Actually, the marginal upward revision in government’s economic growth projections for the full year, reflected the optimism derived from the latest CIEA as well as other recently emerged data. Some economists believe that government may have erred on the side of caution by only revising its full year growth projections upward by just 10 basis points. The most optimistic projections now go as high as 7.0 percent although this is by a small minority.
Besides this the Purchasing Managers Index, which tracks inventory accumulation as a means of assessing the level of business activity also grew strongly in June, even as the Association of Ghana Industries reported increased optimism and activity in a poll of business owners and managers called the AGI Business Barometer.
However government may have been right in its conservative mid-year upward growth target revision. This is because clear signs are emerging that Ghana’s output gap, created last year by the economic effects of COVID 19, has been bridged. This means that deliberate monetary easing by the BoG and the fiscal stimulus by government itself, which in combination enabled Ghana to avoid a full year economic contraction last year, and which has fuelled accelerated economic growth since then, can no longer be applied without adverse effects on the country’s macroeconomic stability.
As the country’s output gap fades away sharply increased money supply injected last year to ameliorate the economic slump caused by COVID 19 has begun feeding into inflation and cedi depreciation.
The first vivid signs of the problem were illustrated by a surge in consumer price inflation to 9.8 percent for July up from 7.6 percent in June.
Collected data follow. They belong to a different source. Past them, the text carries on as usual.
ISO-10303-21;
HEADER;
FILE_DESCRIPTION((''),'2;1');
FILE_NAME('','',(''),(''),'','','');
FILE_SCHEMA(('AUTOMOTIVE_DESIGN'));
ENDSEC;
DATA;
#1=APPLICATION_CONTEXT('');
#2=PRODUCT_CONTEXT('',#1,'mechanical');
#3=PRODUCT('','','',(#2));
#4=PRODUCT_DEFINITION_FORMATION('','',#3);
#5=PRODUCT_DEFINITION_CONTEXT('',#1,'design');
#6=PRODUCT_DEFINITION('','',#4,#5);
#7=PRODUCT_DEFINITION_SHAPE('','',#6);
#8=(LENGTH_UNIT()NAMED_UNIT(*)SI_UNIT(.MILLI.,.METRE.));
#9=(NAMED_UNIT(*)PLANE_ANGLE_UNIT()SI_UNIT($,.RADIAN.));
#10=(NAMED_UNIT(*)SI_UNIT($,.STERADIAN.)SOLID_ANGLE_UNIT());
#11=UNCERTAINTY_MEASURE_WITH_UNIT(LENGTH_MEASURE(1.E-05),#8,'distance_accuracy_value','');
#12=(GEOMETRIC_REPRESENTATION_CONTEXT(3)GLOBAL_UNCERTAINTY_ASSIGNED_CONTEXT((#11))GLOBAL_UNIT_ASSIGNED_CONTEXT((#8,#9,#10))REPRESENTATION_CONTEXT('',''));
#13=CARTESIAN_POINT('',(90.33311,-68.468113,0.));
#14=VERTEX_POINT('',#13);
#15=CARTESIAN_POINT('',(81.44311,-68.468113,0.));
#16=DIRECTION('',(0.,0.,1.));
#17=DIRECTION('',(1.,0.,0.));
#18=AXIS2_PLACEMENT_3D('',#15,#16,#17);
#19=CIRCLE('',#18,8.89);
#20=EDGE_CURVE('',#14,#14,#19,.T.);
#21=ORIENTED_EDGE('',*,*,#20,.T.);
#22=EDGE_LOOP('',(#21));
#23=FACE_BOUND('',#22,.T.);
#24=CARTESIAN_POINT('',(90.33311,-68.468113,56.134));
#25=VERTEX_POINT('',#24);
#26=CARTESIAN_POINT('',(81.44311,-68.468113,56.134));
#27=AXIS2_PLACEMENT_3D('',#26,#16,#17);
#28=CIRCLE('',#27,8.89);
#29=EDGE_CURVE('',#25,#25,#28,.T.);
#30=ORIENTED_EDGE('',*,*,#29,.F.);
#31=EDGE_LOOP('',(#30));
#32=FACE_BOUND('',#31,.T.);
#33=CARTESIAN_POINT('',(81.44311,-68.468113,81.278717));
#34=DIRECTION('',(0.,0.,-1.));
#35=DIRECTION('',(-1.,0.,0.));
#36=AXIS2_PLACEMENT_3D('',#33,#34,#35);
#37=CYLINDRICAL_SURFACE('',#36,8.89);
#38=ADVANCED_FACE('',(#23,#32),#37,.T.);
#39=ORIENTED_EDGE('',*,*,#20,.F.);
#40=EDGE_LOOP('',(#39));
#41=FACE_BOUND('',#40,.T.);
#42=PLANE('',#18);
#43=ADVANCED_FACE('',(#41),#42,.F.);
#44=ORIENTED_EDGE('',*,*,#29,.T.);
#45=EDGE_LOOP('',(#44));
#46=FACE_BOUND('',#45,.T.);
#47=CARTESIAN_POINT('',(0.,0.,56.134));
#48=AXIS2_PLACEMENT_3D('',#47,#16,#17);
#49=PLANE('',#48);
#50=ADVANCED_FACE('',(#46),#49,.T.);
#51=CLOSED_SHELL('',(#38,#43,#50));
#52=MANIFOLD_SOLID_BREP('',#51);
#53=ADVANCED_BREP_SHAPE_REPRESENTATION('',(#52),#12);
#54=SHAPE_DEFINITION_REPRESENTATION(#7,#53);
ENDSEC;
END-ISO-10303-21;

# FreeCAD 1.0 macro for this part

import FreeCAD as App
import Part
import Sketcher

V = App.Vector
Q = App.Units.Quantity

doc = App.newDocument("Part")
params = doc.addObject("Spreadsheet::Sheet", "Params")
for row, (alias, value) in enumerate([
    ("sketch1_diameter", "0.7 in"),
    ("pad1_length", "2.21 in"),
], start=1):
    params.set(f"A{row}", alias)
    params.set(f"B{row}", "=" + value)
    params.setAlias(f"B{row}", alias)

body = doc.addObject("PartDesign::Body", "Body")

# Sketch on XY plane
sketch1 = doc.addObject("Sketcher::SketchObject", "Sketch")
body.addObject(sketch1)
sketch1.AttachmentSupport = (doc.XY_Plane, [""])
sketch1.MapMode = "FlatFace"
sketch1.addGeometry(Part.Circle(V(81, -68, 0), V(0, 0, 1), 9), False)
sketch1.addConstraint(Sketcher.Constraint("Diameter", 0, Q("0.7 in")))
sketch1.addConstraint(Sketcher.Constraint("DistanceX", -1, 1, 0, 3, Q("81.44311 mm")))
sketch1.addConstraint(Sketcher.Constraint("DistanceY", 0, 3, -1, 1, Q("68.468113 mm")))
sketch1.setExpression("Constraints[0]", "Params.sketch1_diameter")
pad1 = doc.addObject("PartDesign::Pad", "Pad")
body.addObject(pad1)
pad1.Profile = sketch1
pad1.setExpression("Length", "Params.pad1_length")

doc.recompute()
They are now being confirmed by the sharpest cedi depreciation since the viral outbreak arrived in Ghana early last year.
The biggest injection of dollars yet by Ghana’s central bank failed to stem the cedi’s slide on Wednesday last week amid a surge in foreign-currency demand from importers.
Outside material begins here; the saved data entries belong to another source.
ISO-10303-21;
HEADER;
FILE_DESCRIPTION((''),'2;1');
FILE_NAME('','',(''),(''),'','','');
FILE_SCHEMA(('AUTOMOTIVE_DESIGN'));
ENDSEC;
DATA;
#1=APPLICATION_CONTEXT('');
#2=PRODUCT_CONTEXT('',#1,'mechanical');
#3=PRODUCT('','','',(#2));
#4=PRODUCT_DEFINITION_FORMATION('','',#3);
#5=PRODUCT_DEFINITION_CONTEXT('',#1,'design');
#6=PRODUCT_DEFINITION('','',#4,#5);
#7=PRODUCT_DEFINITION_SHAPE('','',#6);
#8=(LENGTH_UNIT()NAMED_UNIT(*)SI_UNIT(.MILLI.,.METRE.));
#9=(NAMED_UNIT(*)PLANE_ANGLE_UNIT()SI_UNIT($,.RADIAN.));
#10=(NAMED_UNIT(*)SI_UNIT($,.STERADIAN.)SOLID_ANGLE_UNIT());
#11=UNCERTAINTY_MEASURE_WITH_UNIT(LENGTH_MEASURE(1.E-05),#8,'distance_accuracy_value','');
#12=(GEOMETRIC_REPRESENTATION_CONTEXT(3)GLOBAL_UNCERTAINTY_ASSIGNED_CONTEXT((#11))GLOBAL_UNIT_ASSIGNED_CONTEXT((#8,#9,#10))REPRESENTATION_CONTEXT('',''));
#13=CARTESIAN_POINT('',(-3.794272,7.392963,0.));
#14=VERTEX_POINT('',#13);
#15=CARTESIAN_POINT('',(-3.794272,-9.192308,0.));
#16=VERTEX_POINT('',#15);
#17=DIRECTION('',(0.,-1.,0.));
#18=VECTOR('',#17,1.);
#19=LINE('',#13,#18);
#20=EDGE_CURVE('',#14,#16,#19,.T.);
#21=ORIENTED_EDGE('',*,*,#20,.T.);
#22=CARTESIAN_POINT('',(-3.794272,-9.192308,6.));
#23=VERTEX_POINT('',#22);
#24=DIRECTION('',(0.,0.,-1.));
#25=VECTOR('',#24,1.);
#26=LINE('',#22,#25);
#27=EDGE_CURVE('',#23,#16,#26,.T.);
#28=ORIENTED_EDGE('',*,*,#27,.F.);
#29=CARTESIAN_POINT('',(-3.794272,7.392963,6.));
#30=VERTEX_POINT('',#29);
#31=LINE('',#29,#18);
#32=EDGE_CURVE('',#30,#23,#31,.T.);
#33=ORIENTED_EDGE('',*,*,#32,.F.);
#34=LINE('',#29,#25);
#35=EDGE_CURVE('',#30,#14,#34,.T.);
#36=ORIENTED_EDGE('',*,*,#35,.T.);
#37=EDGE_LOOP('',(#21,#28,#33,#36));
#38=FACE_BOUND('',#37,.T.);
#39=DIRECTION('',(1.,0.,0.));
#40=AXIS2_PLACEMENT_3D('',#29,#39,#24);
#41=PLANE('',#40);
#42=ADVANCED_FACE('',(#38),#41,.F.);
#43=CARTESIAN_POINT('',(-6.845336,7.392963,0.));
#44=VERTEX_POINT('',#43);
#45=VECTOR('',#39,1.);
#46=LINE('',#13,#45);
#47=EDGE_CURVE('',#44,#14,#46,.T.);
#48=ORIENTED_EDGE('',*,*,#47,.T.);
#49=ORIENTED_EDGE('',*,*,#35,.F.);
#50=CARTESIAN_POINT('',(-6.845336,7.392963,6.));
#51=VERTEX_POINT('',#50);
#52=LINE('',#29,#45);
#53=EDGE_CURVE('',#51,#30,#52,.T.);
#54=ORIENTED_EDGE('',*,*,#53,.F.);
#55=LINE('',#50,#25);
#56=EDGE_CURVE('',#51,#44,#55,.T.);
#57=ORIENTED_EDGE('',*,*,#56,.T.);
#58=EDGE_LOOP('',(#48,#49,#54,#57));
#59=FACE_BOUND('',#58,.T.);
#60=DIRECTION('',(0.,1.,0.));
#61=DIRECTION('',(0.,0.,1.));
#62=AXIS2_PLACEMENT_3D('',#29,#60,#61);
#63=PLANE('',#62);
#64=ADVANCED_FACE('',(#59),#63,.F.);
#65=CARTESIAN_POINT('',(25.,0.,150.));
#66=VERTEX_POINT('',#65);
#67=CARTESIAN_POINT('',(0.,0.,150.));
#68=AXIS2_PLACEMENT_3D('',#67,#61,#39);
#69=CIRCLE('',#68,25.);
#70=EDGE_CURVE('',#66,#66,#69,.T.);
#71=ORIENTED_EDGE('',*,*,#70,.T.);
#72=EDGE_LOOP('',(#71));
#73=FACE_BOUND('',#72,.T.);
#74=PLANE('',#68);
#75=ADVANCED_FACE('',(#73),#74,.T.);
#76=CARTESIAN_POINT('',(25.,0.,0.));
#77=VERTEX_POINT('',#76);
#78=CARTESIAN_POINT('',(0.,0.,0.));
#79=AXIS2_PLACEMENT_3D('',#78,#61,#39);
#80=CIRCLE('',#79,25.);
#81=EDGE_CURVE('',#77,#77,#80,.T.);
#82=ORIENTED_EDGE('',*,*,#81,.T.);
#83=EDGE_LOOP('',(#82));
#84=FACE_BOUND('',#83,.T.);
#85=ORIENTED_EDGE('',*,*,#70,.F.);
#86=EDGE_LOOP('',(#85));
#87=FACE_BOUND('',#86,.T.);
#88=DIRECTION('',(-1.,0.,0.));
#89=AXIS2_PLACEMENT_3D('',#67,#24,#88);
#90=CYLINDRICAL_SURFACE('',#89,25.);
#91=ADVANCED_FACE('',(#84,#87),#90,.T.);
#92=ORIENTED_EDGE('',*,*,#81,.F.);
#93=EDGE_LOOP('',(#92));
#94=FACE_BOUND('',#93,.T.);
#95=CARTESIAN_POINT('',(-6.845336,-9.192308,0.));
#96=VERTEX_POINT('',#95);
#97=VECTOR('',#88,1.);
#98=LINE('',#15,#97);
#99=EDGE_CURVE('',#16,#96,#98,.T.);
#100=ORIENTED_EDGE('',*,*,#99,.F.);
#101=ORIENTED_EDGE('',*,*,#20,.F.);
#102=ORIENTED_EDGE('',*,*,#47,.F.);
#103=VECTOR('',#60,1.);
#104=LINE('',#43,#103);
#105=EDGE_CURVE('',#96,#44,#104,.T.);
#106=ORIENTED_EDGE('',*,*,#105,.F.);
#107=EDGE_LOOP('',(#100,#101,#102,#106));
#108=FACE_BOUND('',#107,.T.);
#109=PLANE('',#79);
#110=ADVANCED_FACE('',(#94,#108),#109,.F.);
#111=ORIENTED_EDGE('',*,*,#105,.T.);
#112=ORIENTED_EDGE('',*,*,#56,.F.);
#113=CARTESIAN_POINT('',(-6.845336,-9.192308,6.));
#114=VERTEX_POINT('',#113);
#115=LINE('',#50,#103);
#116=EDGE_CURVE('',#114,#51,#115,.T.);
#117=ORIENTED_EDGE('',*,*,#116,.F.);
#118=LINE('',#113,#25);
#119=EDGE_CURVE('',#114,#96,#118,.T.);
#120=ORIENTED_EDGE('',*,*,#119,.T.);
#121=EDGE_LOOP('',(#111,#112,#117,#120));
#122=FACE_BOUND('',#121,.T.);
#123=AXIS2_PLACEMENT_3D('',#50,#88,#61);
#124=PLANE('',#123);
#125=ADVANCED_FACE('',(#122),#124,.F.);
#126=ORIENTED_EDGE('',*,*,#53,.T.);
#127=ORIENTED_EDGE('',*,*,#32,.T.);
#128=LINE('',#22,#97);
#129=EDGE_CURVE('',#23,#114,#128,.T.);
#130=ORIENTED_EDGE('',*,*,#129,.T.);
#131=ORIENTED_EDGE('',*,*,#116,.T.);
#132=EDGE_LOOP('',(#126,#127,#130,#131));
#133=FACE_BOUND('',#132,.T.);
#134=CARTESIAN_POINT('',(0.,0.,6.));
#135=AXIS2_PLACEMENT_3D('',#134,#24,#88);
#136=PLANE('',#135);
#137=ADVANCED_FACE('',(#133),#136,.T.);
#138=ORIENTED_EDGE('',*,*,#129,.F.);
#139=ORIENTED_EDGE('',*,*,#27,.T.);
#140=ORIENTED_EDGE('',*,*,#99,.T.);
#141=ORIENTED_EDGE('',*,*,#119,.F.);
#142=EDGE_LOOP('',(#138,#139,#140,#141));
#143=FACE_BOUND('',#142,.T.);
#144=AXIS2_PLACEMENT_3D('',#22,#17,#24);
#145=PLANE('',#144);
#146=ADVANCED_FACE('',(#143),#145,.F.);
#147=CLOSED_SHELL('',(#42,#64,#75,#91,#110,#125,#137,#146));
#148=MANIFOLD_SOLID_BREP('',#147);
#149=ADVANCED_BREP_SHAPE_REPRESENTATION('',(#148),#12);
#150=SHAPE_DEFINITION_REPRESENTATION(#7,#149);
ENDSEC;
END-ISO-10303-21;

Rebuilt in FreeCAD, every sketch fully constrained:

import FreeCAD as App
import Part
import Sketcher

V = App.Vector

doc = App.newDocument("Part")
body = doc.addObject("PartDesign::Body", "Body")

sketch1 = body.newObject("Sketcher::SketchObject", "Sketch")
sketch1.AttachmentSupport = (doc.getObject("XY_Plane"), [""])
sketch1.MapMode = "FlatFace"
sketch1.addGeometry(Part.Circle(V(0, 0, 0), V(0, 0, 1), 25), False)
sketch1.addConstraint([
    Sketcher.Constraint("Coincident", 0, 3, -1, 1),
    Sketcher.Constraint("Diameter", 0, 50.0),
])
pad1 = body.newObject("PartDesign::Pad", "Pad")
pad1.Profile = sketch1
pad1.Length = 150

sketch2 = body.newObject("Sketcher::SketchObject", "Sketch001")
sketch2.AttachmentSupport = (doc.getObject("XY_Plane"), [""])
sketch2.MapMode = "FlatFace"
sketch2.addGeometry([
    Part.LineSegment(V(-3.8, 7.4, 0), V(-3.8, -9.2, 0)),
    Part.LineSegment(V(-3.8, -9.2, 0), V(-6.8, -9.2, 0)),
    Part.LineSegment(V(-6.8, -9.2, 0), V(-6.8, 7.4, 0)),
    Part.LineSegment(V(-6.8, 7.4, 0), V(-3.8, 7.4, 0)),
], False)
sketch2.addConstraint([
    Sketcher.Constraint("Coincident", 0, 2, 1, 1),
    Sketcher.Constraint("Coincident", 1, 2, 2, 1),
    Sketcher.Constraint("Coincident", 2, 2, 3, 1),
    Sketcher.Constraint("Coincident", 3, 2, 0, 1),
    Sketcher.Constraint("Vertical", 0),
    Sketcher.Constraint("Horizontal", 1),
    Sketcher.Constraint("Vertical", 2),
    Sketcher.Constraint("Horizontal", 3),
    Sketcher.Constraint("DistanceY", 0, 2, 0, 1, 16.585271),
    Sketcher.Constraint("DistanceX", 1, 2, 1, 1, 3.051064),
    Sketcher.Constraint("DistanceY", 0, 2, -1, 1, 9.192308),
    Sketcher.Constraint("DistanceX", 0, 2, -1, 1, 3.794272),
])
pocket1 = body.newObject("PartDesign::Pocket", "Pocket")
pocket1.Profile = sketch2
pocket1.Length = 6
pocket1.Reversed = True

doc.recompute()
The Ghanaian currency dropped 1.6% to 6.03 a dollar by 11:52 a.m. in Accra, poised for the weakest close on record. That erased the 1.4% gain on Tuesday after the Bank of Ghana – proactively foreseeing the impending exchange rate pressures – tripled the amount of dollars offered at its forward-rate auction to US$75 million, the most since the sales began in 2019.
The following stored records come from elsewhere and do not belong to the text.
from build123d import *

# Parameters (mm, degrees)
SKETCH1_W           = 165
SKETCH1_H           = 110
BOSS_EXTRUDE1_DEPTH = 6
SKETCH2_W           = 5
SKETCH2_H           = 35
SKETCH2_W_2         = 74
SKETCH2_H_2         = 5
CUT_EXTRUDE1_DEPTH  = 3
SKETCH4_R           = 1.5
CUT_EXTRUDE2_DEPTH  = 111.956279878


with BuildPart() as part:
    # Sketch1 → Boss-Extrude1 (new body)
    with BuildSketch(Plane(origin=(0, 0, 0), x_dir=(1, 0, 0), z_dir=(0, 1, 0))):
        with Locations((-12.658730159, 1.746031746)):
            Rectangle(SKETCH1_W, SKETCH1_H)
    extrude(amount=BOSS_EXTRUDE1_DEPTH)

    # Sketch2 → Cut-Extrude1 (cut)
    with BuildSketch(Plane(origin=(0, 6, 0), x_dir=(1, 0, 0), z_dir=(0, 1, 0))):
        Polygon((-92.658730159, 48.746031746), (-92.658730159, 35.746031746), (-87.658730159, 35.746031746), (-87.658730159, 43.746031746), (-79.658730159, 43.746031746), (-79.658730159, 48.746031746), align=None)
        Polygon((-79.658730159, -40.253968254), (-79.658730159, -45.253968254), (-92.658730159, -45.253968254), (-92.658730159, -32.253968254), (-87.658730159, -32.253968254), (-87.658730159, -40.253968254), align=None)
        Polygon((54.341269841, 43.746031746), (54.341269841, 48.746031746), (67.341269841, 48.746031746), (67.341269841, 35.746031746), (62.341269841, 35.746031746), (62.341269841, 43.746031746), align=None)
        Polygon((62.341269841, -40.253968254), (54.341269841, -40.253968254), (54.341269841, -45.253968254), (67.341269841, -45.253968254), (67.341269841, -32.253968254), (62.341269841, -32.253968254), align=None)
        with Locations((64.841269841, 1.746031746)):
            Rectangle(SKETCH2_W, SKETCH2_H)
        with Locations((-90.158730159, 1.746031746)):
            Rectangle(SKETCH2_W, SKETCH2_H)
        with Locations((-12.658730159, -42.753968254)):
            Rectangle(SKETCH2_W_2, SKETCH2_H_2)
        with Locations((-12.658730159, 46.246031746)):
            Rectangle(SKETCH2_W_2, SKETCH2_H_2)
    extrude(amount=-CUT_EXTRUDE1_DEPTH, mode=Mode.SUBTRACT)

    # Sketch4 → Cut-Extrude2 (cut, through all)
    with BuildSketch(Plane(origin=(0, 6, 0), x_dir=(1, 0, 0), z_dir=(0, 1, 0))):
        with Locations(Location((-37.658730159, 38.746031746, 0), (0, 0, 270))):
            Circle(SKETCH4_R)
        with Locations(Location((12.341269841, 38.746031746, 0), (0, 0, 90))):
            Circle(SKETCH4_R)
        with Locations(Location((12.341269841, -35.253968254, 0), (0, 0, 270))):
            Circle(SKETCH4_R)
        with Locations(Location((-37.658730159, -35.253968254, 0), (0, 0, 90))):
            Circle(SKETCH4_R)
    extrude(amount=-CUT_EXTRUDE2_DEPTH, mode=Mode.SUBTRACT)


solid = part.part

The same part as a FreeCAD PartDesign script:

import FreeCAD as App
import Part
import Sketcher
from FreeCAD import Vector
Q = App.Units.Quantity

doc = App.newDocument("Part")
body = doc.addObject("PartDesign::Body", "Body")

# Sketch on XZ plane
sketch1 = doc.addObject("Sketcher::SketchObject", "Sketch")
body.addObject(sketch1)
sketch1.AttachmentSupport = (doc.XZ_Plane, [""])
sketch1.MapMode = "FlatFace"
sketch1.addGeometry(Part.LineSegment(Vector(-95, -57, 0), Vector(-95, 53, 0)), False)
sketch1.addGeometry(Part.LineSegment(Vector(-95, 53, 0), Vector(70, 53, 0)), False)
sketch1.addGeometry(Part.LineSegment(Vector(70, 53, 0), Vector(70, -57, 0)), False)
sketch1.addGeometry(Part.LineSegment(Vector(70, -57, 0), Vector(-95, -57, 0)), False)
sketch1.addConstraint(Sketcher.Constraint("Coincident", 0, 2, 1, 1))
sketch1.addConstraint(Sketcher.Constraint("Coincident", 1, 2, 2, 1))
sketch1.addConstraint(Sketcher.Constraint("Coincident", 2, 2, 3, 1))
sketch1.addConstraint(Sketcher.Constraint("Coincident", 3, 2, 0, 1))
sketch1.addConstraint(Sketcher.Constraint("Vertical", 0))
sketch1.addConstraint(Sketcher.Constraint("Horizontal", 1))
sketch1.addConstraint(Sketcher.Constraint("Vertical", 2))
sketch1.addConstraint(Sketcher.Constraint("Horizontal", 3))
sketch1.addConstraint(Sketcher.Constraint("DistanceX", 1, 1, 1, 2, Q("165 mm")))
sketch1.addConstraint(Sketcher.Constraint("DistanceY", 0, 1, 0, 2, Q("110 mm")))
sketch1.addConstraint(Sketcher.Constraint("DistanceX", 0, 2, -1, 1, Q("95.15873 mm")))
sketch1.addConstraint(Sketcher.Constraint("DistanceY", -1, 1, 0, 2, Q("53.253968 mm")))
pad1 = doc.addObject("PartDesign::Pad", "Pad")
body.addObject(pad1)
pad1.Profile = sketch1
pad1.Length = 6
pad1.Reversed = True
“Business activity in general is bouncing back, and that’s what is driving the demand” for dollars, Gabriel Engmann, a currency trader at GCB Bank Ltd. in Accra, said by phone. “A lot of companies that were down are picking up. We are getting demand from the commerce and manufacturing sector.”
The cedi has weakened every month since May as an economic revival following the pandemic spurred companies to soak up dollars to purchase goods to expand.
The effect of sharp economic growth that has closed the output gap created last year by COVID 19 is further illuminated by data showing that the country’s trade surplus narrowed to 1.2% of gross domestic product in the first half of 2021 from 1.5% a year earlier as imports increased, confirming rising demand for foreign exchange.
Over the past couple of months the BoG has suspended any further monetary easing – it retained its benchmark Monetary Policy Rate at 13.5 percent in July – and government is only too happy to suspend any further fiscal stimulus spending to help its fiscal consolidation efforts.
This means economic growth is likely to slow from the second quarter high during the second half of this year. Nevertheless, barring any major economic shocks from abroad or a dramatic increase in the spread of COVID 19 between now and the end of the year, Ghana can look forward to one of the best economic growth rates in Africa for the full year 2021.